To the extent Plaintiff attempts to assert new claims against Defendants Johnson, Cofield, Conley and/or CMS in his response to Defendants' Motion for Summary Judgment, such claims are not properly before this Court and will not be addressed in this Order.
II. Defendant CMS
In his Second Amended Complaint, Plaintiff repeatedly alleges that pursuant to its various customs, practices, and "de facto" policies, Defendant CMS denied Plaintiff his prescribed medications, discontinued Plaintiff's medications and/or changed them to inferior generic equivalents, and failed to exercise effective supervision over other medical Defendants in their treatment of Plaintiff. (See, e.g., Compl., ¶¶ 23, 25, 26, 28, 30, 31, 37, 38, 40, 41). Plaintiff offers no evidence of these alleged policies, practices, or customs in his Complaint, however, nor does he show a widespread pattern of unconstitutional behavior resulting from the policies. Defendant CMS's Motion for Summary Judgment will therefore be granted.

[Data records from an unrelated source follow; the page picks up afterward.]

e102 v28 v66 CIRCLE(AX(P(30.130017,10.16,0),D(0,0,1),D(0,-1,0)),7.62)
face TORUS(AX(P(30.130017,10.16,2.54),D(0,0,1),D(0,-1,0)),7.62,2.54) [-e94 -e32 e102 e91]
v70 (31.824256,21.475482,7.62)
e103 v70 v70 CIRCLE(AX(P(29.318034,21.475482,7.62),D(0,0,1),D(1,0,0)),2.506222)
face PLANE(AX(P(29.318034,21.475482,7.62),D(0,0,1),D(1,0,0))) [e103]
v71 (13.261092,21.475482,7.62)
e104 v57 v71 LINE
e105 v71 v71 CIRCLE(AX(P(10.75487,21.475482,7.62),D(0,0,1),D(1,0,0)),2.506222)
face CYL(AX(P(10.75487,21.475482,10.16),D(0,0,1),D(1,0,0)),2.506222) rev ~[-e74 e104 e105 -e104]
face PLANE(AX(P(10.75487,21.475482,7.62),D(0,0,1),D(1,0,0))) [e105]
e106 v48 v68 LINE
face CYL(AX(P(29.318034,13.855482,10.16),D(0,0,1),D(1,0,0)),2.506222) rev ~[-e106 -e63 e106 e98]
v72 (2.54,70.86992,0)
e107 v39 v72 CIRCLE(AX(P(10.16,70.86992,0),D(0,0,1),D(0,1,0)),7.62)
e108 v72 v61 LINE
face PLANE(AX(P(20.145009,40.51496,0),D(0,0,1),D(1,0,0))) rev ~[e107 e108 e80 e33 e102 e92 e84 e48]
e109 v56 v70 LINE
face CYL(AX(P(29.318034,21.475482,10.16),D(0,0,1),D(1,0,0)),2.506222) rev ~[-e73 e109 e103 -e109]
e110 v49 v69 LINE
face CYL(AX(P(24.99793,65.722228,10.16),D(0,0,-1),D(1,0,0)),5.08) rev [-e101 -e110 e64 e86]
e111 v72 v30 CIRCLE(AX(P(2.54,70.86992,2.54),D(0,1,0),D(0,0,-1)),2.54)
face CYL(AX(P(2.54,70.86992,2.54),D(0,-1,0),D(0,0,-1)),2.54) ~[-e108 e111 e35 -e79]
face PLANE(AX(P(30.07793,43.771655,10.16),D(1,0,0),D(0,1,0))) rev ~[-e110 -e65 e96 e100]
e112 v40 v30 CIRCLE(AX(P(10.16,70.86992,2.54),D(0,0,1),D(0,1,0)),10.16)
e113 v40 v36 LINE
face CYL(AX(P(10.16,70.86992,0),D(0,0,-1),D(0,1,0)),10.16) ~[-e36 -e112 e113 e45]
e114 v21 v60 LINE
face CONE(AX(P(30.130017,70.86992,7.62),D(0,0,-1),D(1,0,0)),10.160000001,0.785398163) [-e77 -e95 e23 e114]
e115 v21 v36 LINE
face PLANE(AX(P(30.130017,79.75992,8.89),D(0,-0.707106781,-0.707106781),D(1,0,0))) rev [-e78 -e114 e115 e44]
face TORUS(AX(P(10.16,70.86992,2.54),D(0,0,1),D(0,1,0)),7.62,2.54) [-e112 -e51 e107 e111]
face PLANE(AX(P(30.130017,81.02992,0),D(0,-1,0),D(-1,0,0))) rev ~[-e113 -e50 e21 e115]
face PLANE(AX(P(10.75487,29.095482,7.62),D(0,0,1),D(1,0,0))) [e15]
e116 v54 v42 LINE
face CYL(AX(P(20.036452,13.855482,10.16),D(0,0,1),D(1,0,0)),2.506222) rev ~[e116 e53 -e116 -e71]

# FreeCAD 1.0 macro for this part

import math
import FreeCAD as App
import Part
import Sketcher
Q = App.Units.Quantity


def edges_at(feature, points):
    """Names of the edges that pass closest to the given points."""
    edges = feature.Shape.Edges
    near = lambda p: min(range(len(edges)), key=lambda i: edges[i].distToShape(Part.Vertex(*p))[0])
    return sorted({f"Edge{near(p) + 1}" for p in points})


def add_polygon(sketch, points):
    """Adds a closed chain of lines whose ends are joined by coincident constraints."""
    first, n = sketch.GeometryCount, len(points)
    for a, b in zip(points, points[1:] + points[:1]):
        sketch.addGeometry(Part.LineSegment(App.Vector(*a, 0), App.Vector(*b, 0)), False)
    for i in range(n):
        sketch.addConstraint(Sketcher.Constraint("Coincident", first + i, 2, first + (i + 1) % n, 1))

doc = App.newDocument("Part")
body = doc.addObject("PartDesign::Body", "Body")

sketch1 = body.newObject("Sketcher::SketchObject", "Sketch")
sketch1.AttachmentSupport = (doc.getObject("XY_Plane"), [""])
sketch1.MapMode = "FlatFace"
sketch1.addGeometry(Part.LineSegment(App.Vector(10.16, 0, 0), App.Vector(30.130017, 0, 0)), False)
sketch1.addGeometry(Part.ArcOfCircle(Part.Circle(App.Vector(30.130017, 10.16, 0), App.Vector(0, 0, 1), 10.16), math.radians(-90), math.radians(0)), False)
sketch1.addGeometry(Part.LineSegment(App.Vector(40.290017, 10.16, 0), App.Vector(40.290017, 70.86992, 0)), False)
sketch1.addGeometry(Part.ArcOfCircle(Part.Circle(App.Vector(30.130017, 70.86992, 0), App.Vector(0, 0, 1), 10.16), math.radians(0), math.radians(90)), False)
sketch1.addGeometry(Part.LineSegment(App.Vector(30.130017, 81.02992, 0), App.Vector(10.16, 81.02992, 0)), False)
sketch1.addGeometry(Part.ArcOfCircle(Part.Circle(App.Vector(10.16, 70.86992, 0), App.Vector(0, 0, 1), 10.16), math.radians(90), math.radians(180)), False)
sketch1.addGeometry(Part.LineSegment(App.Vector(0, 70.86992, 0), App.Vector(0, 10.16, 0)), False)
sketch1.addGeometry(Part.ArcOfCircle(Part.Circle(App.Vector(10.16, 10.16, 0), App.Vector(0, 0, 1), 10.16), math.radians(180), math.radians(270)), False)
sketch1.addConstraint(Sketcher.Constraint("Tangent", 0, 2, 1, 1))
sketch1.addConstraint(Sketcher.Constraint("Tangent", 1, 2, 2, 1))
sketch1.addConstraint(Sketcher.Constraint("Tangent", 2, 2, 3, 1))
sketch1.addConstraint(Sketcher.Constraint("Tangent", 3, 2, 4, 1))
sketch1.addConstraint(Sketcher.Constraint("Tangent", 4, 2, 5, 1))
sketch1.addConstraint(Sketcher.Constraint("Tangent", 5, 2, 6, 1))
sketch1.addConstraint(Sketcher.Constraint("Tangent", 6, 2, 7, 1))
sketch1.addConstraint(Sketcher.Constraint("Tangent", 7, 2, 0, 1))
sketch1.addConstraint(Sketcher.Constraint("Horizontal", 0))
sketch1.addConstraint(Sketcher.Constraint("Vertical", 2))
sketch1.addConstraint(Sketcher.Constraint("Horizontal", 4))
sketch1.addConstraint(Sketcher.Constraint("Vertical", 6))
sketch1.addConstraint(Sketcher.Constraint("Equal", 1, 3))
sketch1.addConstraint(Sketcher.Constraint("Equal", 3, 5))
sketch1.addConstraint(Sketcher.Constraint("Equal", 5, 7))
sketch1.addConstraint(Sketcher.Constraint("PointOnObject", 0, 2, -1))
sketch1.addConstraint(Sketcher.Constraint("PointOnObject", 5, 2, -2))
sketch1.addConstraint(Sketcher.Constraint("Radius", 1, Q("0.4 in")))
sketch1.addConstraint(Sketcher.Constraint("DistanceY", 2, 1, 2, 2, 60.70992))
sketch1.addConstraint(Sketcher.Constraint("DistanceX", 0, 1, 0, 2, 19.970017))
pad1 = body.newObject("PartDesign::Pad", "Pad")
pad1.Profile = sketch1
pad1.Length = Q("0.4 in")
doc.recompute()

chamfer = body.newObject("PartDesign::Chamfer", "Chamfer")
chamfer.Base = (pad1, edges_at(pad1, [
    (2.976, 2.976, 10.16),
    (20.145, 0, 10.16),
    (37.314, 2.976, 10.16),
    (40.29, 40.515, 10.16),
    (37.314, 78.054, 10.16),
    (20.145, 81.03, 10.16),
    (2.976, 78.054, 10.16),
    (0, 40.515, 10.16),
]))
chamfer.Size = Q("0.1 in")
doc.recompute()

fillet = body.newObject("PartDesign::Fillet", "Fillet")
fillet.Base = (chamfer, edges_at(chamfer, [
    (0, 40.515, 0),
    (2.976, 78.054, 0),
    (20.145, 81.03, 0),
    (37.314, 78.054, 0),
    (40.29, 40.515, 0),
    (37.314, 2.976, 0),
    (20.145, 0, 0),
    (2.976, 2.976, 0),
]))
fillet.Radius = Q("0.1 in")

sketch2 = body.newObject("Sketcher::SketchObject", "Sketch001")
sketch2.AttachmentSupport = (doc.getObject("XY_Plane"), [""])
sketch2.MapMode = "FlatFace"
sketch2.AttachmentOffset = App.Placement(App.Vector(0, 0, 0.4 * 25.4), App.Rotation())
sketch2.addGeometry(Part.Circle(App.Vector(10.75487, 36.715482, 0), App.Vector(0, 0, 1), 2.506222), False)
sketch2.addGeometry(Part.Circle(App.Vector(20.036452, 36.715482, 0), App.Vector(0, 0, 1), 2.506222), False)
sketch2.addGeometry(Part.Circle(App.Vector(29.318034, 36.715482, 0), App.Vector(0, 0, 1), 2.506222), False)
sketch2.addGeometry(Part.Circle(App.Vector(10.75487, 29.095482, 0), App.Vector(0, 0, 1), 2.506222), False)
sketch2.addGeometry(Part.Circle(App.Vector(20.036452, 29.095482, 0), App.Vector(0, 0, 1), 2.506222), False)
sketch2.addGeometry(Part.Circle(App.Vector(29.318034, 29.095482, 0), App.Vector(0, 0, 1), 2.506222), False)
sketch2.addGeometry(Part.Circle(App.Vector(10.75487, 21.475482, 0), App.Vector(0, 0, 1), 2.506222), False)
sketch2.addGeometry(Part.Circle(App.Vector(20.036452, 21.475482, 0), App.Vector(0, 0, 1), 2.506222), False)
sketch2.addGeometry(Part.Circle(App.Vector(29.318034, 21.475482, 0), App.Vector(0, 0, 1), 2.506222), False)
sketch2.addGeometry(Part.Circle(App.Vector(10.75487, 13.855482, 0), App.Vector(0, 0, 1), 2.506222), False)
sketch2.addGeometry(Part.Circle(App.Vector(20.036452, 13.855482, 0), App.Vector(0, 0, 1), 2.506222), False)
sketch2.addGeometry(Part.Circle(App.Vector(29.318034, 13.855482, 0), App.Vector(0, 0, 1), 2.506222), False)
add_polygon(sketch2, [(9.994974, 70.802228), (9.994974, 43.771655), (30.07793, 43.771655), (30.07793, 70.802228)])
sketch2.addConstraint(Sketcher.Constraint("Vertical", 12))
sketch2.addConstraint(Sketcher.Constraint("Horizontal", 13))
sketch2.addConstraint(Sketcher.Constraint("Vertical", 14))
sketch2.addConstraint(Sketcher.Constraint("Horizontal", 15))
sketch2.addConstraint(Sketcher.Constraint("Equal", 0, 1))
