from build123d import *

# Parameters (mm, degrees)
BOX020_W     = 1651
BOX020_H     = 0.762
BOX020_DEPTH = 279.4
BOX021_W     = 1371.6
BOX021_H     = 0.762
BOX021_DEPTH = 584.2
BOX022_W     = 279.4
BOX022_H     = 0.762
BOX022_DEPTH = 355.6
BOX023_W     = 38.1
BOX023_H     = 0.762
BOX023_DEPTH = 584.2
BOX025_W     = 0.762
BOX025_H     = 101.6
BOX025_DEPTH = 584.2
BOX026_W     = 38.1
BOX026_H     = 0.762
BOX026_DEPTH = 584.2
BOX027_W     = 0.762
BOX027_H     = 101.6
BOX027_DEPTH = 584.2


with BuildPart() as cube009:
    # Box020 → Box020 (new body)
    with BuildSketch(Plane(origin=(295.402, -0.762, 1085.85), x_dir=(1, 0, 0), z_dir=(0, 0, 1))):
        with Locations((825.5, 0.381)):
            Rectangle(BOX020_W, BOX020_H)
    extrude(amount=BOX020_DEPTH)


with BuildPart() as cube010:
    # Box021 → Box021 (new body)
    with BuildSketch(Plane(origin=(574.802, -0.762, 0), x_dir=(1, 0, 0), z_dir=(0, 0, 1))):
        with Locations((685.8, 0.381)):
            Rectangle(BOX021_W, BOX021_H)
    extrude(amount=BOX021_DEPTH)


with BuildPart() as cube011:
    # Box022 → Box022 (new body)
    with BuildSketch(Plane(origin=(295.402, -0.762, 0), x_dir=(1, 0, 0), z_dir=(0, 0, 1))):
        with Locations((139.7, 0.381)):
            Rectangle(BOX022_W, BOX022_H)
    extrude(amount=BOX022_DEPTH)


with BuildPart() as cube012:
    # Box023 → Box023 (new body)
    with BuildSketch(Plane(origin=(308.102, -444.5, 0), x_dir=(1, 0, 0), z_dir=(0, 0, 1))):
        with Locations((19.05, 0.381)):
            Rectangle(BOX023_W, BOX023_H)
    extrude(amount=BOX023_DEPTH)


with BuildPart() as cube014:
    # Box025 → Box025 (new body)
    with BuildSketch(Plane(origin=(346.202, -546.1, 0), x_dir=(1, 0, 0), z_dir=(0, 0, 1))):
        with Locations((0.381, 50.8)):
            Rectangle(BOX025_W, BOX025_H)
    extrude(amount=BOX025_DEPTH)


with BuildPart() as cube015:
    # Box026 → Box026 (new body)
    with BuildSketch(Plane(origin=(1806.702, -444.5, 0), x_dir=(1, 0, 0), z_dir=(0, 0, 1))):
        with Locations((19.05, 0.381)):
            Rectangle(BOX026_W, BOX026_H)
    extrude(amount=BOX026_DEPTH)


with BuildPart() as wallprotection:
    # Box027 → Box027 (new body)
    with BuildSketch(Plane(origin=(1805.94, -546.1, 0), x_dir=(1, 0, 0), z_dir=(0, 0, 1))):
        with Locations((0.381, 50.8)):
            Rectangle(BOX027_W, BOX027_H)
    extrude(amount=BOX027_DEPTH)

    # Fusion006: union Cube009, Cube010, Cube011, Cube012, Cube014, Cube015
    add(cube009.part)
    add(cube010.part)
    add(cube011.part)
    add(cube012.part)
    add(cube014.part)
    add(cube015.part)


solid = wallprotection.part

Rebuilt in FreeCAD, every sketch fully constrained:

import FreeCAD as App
import Part
import Sketcher
from FreeCAD import Vector
Q = App.Units.Quantity

doc = App.newDocument("Part")
body = doc.addObject("PartDesign::Body", "Body")

# Sketch on XY plane
sketch1 = body.newObject("Sketcher::SketchObject", "Sketch")
sketch1.AttachmentSupport = (doc.getObject("XY_Plane"), [""])
sketch1.MapMode = "FlatFace"
sketch1.AttachmentOffset = App.Placement(Vector(0, 0, 42.75 * 25.4), App.Rotation())
sketch1.addGeometry([
    Part.LineSegment(Vector(295.4, 0, 0), Vector(295.4, -0.8, 0)),
    Part.LineSegment(Vector(295.4, -0.8, 0), Vector(1946.4, -0.8, 0)),
    Part.LineSegment(Vector(1946.4, -0.8, 0), Vector(1946.4, 0, 0)),
    Part.LineSegment(Vector(1946.4, 0, 0), Vector(295.4, 0, 0)),
], False)
sketch1.addConstraint([
    Sketcher.Constraint("Coincident", 0, 2, 1, 1),
    Sketcher.Constraint("Coincident", 1, 2, 2, 1),
    Sketcher.Constraint("Coincident", 2, 2, 3, 1),
    Sketcher.Constraint("Coincident", 3, 2, 0, 1),
    Sketcher.Constraint("Vertical", 0),
    Sketcher.Constraint("Horizontal", 1),
    Sketcher.Constraint("Vertical", 2),
    Sketcher.Constraint("Horizontal", 3),
    Sketcher.Constraint("PointOnObject", 2, 2, -1),
    Sketcher.Constraint("DistanceX", 1, 1, 1, 2, Q("65 in")),
    Sketcher.Constraint("DistanceY", 0, 2, 0, 1, Q("0.03 in")),
    Sketcher.Constraint("DistanceX", -1, 1, 0, 2, Q("11.63 in")),
])
pad1 = body.newObject("PartDesign::Pad", "Pad")
pad1.Profile = sketch1
pad1.Length = Q("11 in")
body2 = doc.addObject("PartDesign::Body", "Body001")

# Sketch on XY plane
sketch2 = body2.newObject("Sketcher::SketchObject", "Sketch001")
sketch2.AttachmentSupport = (doc.getObject("XY_Plane001"), [""])
sketch2.MapMode = "FlatFace"
sketch2.addGeometry([
    Part.LineSegment(Vector(574.8, 0, 0), Vector(574.8, -0.8, 0)),
    Part.LineSegment(Vector(574.8, -0.8, 0), Vector(1946.4, -0.8, 0)),
    Part.LineSegment(Vector(1946.4, -0.8, 0), Vector(1946.4, 0, 0)),
    Part.LineSegment(Vector(1946.4, 0, 0), Vector(574.8, 0, 0)),
], False)
sketch2.addConstraint([
    Sketcher.Constraint("Coincident", 0, 2, 1, 1),
    Sketcher.Constraint("Coincident", 1, 2, 2, 1),
    Sketcher.Constraint("Coincident", 2, 2, 3, 1),
    Sketcher.Constraint("Coincident", 3, 2, 0, 1),
    Sketcher.Constraint("Vertical", 0),
    Sketcher.Constraint("Horizontal", 1),
    Sketcher.Constraint("Vertical", 2),
    Sketcher.Constraint("Horizontal", 3),
    Sketcher.Constraint("PointOnObject", 2, 2, -1),
    Sketcher.Constraint("DistanceX", 1, 1, 1, 2, Q("54 in")),
    Sketcher.Constraint("DistanceY", 0, 2, 0, 1, Q("0.03 in")),
    Sketcher.Constraint("DistanceX", -1, 1, 0, 2, Q("22.63 in")),
])
pad2 = body2.newObject("PartDesign::Pad", "Pad001")
pad2.Profile = sketch2
pad2.Length = Q("23 in")
body3 = doc.addObject("PartDesign::Body", "Body002")

# Sketch on XY plane
sketch3 = body3.newObject("Sketcher::SketchObject", "Sketch002")
sketch3.AttachmentSupport = (doc.getObject("XY_Plane002"), [""])
sketch3.MapMode = "FlatFace"
sketch3.addGeometry([
    Part.LineSegment(Vector(295.4, 0, 0), Vector(295.4, -0.8, 0)),
    Part.LineSegment(Vector(295.4, -0.8, 0), Vector(574.8, -0.8, 0)),
    Part.LineSegment(Vector(574.8, -0.8, 0), Vector(574.8, 0, 0)),
    Part.LineSegment(Vector(574.8, 0, 0), Vector(295.4, 0, 0)),
], False)
sketch3.addConstraint([
    Sketcher.Constraint("Coincident", 0, 2, 1, 1),
    Sketcher.Constraint("Coincident", 1, 2, 2, 1),
    Sketcher.Constraint("Coincident", 2, 2, 3, 1),
    Sketcher.Constraint("Coincident", 3, 2, 0, 1),
    Sketcher.Constraint("Vertical", 0),
    Sketcher.Constraint("Horizontal", 1),
    Sketcher.Constraint("Vertical", 2),
    Sketcher.Constraint("Horizontal", 3),
    Sketcher.Constraint("PointOnObject", 2, 2, -1),
    Sketcher.Constraint("DistanceX", 1, 1, 1, 2, Q("11 in")),
    Sketcher.Constraint("DistanceY", 0, 2, 0, 1, Q("0.03 in")),
    Sketcher.Constraint("DistanceX", -1, 1, 0, 2, Q("11.63 in")),
])
pad3 = body3.newObject("PartDesign::Pad", "Pad002")
pad3.Profile = sketch3
pad3.Length = Q("14 in")
body4 = doc.addObject("PartDesign::Body", "Body003")

# Sketch on XY plane
sketch4 = body4.newObject("Sketcher::SketchObject", "Sketch003")
sketch4.AttachmentSupport = (doc.getObject("XY_Plane003"), [""])
sketch4.MapMode = "FlatFace"
sketch4.addGeometry([
    Part.LineSegment(Vector(308.1, -443.7, 0), Vector(308.1, -444.5, 0)),
    Part.LineSegment(Vector(308.1, -444.5, 0), Vector(346.2, -444.5, 0)),
    Part.LineSegment(Vector(346.2, -444.5, 0), Vector(346.2, -443.7, 0)),
    Part.LineSegment(Vector(346.2, -443.7, 0), Vector(308.1, -443.7, 0)),
], False)
sketch4.addConstraint([
    Sketcher.Constraint("Coincident", 0, 2, 1, 1),
    Sketcher.Constraint("Coincident", 1, 2, 2, 1),
    Sketcher.Constraint("Coincident", 2, 2, 3, 1),
    Sketcher.Constraint("Coincident", 3, 2, 0, 1),
    Sketcher.Constraint("Vertical", 0),
    Sketcher.Constraint("Horizontal", 1),
    Sketcher.Constraint("Vertical", 2),
    Sketcher.Constraint("Horizontal", 3),
    Sketcher.Constraint("DistanceX", 1, 1, 1, 2, Q("1.5 in")),
    Sketcher.Constraint("DistanceY", 0, 2, 0, 1, Q("0.03 in")),
    Sketcher.Constraint("DistanceY", 0, 2, -1, 1, Q("17.5 in")),
    Sketcher.Constraint("DistanceX", -1, 1, 0, 2, Q("12.13 in")),
])
pad4 = body4.newObject("PartDesign::Pad", "Pad003")
pad4.Profile = sketch4
pad4.Length = Q("23 in")
body5 = doc.addObject("PartDesign::Body", "Body004")

# Sketch on XY plane
sketch5 = body5.newObject("Sketcher::SketchObject", "Sketch004")
sketch5.AttachmentSupport = (doc.getObject("XY_Plane004"), [""])
sketch5.MapMode = "FlatFace"
sketch5.addGeometry([
    Part.LineSegment(Vector(346.2, -444.5, 0), Vector(346.2, -546.1, 0)),
    Part.LineSegment(Vector(346.2, -546.1, 0), Vector(347, -546.1, 0)),
    Part.LineSegment(Vector(347, -546.1, 0), Vector(347, -444.5, 0)),
    Part.LineSegment(Vector(347, -444.5, 0), Vector(346.2, -444.5, 0)),
], False)
sketch5.addConstraint([
    Sketcher.Constraint("Coincident", 0, 2, 1, 1),
    Sketcher.Constraint("Coincident", 1, 2, 2, 1),
    Sketcher.Constraint("Coincident", 2, 2, 3, 1),
    Sketcher.Constraint("Coincident", 3, 2, 0, 1),
    Sketcher.Constraint("Vertical", 0),
    Sketcher.Constraint("Horizontal", 1),
    Sketcher.Constraint("Vertical", 2),
    Sketcher.Constraint("Horizontal", 3),
    Sketcher.Constraint("DistanceY", 0, 2, 0, 1, Q("4 in")),
    Sketcher.Constraint("DistanceX", 1, 1, 1, 2, Q("0.03 in")),
    Sketcher.Constraint("DistanceY", 0, 2, -1, 1, Q("21.5 in")),
    Sketcher.Constraint("DistanceX", -1, 1, 0, 2, Q("13.63 in")),
])
pad5 = body5.newObject("PartDesign::Pad", "Pad004")
pad5.Profile = sketch5
pad5.Length = Q("23 in")
body6 = doc.addObject("PartDesign::Body", "Body005")

# Sketch on XY plane
sketch6 = body6.newObject("Sketcher::SketchObject", "Sketch005")
sketch6.AttachmentSupport = (doc.getObject("XY_Plane005"), [""])
sketch6.MapMode = "FlatFace"
sketch6.addGeometry([
    Part.LineSegment(Vector(1806.7, -443.7, 0), Vector(1806.7, -444.5, 0)),
    Part.LineSegment(Vector(1806.7, -444.5, 0), Vector(1844.8, -444.5, 0)),
    Part.LineSegment(Vector(1844.8, -444.5, 0), Vector(1844.8, -443.7, 0)),
    Part.LineSegment(Vector(1844.8, -443.7, 0), Vector(1806.7, -443.7, 0)),
], False)
sketch6.addConstraint([
    Sketcher.Constraint("Coincident", 0, 2, 1, 1),
    Sketcher.Constraint("Coincident", 1, 2, 2, 1),
    Sketcher.Constraint("Coincident", 2, 2, 3, 1),
    Sketcher.Constraint("Coincident", 3, 2, 0, 1),
    Sketcher.Constraint("Vertical", 0),
    Sketcher.Constraint("Horizontal", 1),
    Sketcher.Constraint("Vertical", 2),
    Sketcher.Constraint("Horizontal", 3),
    Sketcher.Constraint("DistanceX", 1, 1, 1, 2, Q("1.5 in")),
    Sketcher.Constraint("DistanceY", 0, 2, 0, 1, Q("0.03 in")),
    Sketcher.Constraint("DistanceY", 0, 2, -1, 1, Q("17.5 in")),
    Sketcher.Constraint("DistanceX", -1, 1, 0, 2, Q("71.13 in")),
])
pad6 = body6.newObject("PartDesign::Pad", "Pad005")
pad6.Profile = sketch6
pad6.Length = Q("23 in")
body7 = doc.addObject("PartDesign::Body", "Body006")
body7.AllowCompound = True

# Sketch on XY plane
sketch7 = body7.newObject("Sketcher::SketchObject", "Sketch006")
sketch7.AttachmentSupport = (doc.getObject("XY_Plane006"), [""])
sketch7.MapMode = "FlatFace"
sketch7.addGeometry([
    Part.LineSegment(Vector(1805.9, -444.5, 0), Vector(1805.9, -546.1, 0)),
    Part.LineSegment(Vector(1805.9, -546.1, 0), Vector(1806.7, -546.1, 0)),
    Part.LineSegment(Vector(1806.7, -546.1, 0), Vector(1806.7, -444.5, 0)),
    Part.LineSegment(Vector(1806.7, -444.5, 0), Vector(1805.9, -444.5, 0)),
], False)
sketch7.addConstraint([
    Sketcher.Constraint("Coincident", 0, 2, 1, 1),
    Sketcher.Constraint("Coincident", 1, 2, 2, 1),
    Sketcher.Constraint("Coincident", 2, 2, 3, 1),
    Sketcher.Constraint("Coincident", 3, 2, 0, 1),
    Sketcher.Constraint("Vertical", 0),
    Sketcher.Constraint("Horizontal", 1),
    Sketcher.Constraint("Vertical", 2),
    Sketcher.Constraint("Horizontal", 3),
    Sketcher.Constraint("DistanceY", 0, 2, 0, 1, Q("4 in")),
    Sketcher.Constraint("DistanceX", 1, 1, 1, 2, Q("0.03 in")),
    Sketcher.Constraint("DistanceX", -1, 1, 0, 2, Q("71.1 in")),
    Sketcher.Constraint("DistanceY", 0, 2, -1, 1, Q("21.5 in")),
])
pad7 = body7.newObject("PartDesign::Pad", "Pad006")
pad7.Profile = sketch7
pad7.Length = Q("23 in")
doc.recompute()

boolean = body7.newObject("PartDesign::Boolean", "Boolean")
boolean.Type = "Fuse"
boolean.addObjects([body])
doc.recompute()

boolean2 = body7.newObject("PartDesign::Boolean", "Boolean001")
boolean2.Type = "Fuse"
boolean2.addObjects([body2])
doc.recompute()

boolean3 = body7.newObject("PartDesign::Boolean", "Boolean002")
boolean3.Type = "Fuse"
boolean3.addObjects([body3])
doc.recompute()

boolean4 = body7.newObject("PartDesign::Boolean", "Boolean003")
boolean4.Type = "Fuse"
boolean4.addObjects([body4])
doc.recompute()

boolean5 = body7.newObject("PartDesign::Boolean", "Boolean004")
boolean5.Type = "Fuse"
boolean5.addObjects([body5])
doc.recompute()

boolean6 = body7.newObject("PartDesign::Boolean", "Boolean005")
boolean6.Type = "Fuse"
boolean6.addObjects([body6])

doc.recompute()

Plaintiff further fails to set forth in his response to Defendants' Motion for Summary Judgment specific facts showing a genuine issue regarding CMS's alleged policies, practices or customs remains for trial. (See Plaintiff's Response to Defendants Correctional Medical Services, Inc., Jewel Cofield, Dr. Elizabeth Conley and Betty Johnson's Motion for Summary Judgment, PP. 1-3; Fed.R.Civ.P. 56(e)(2)).
To the extent Plaintiff's claim against CMS is based on respondeat superior, due to CMS's position as several of the individual Defendants' employer, "such claim fails because the doctrine of respondeat superior is inapplicable in § 1983 actions." Walls, 2007 WL 4468694 at *2 (citations omitted).
CONCLUSION
Accordingly,IT IS HEREBY ORDERED that Defendants Correctional Medical Services, Inc., Jewel Cofield, Dr. Elizabeth Conley, and Betty Johnson's Motion for Summary Judgment (Doc. No. 190) is GRANTED, and Plaintiff's claims against Defendants CMS, Cofield, Conley and Johnson are DISMISSED with prejudice.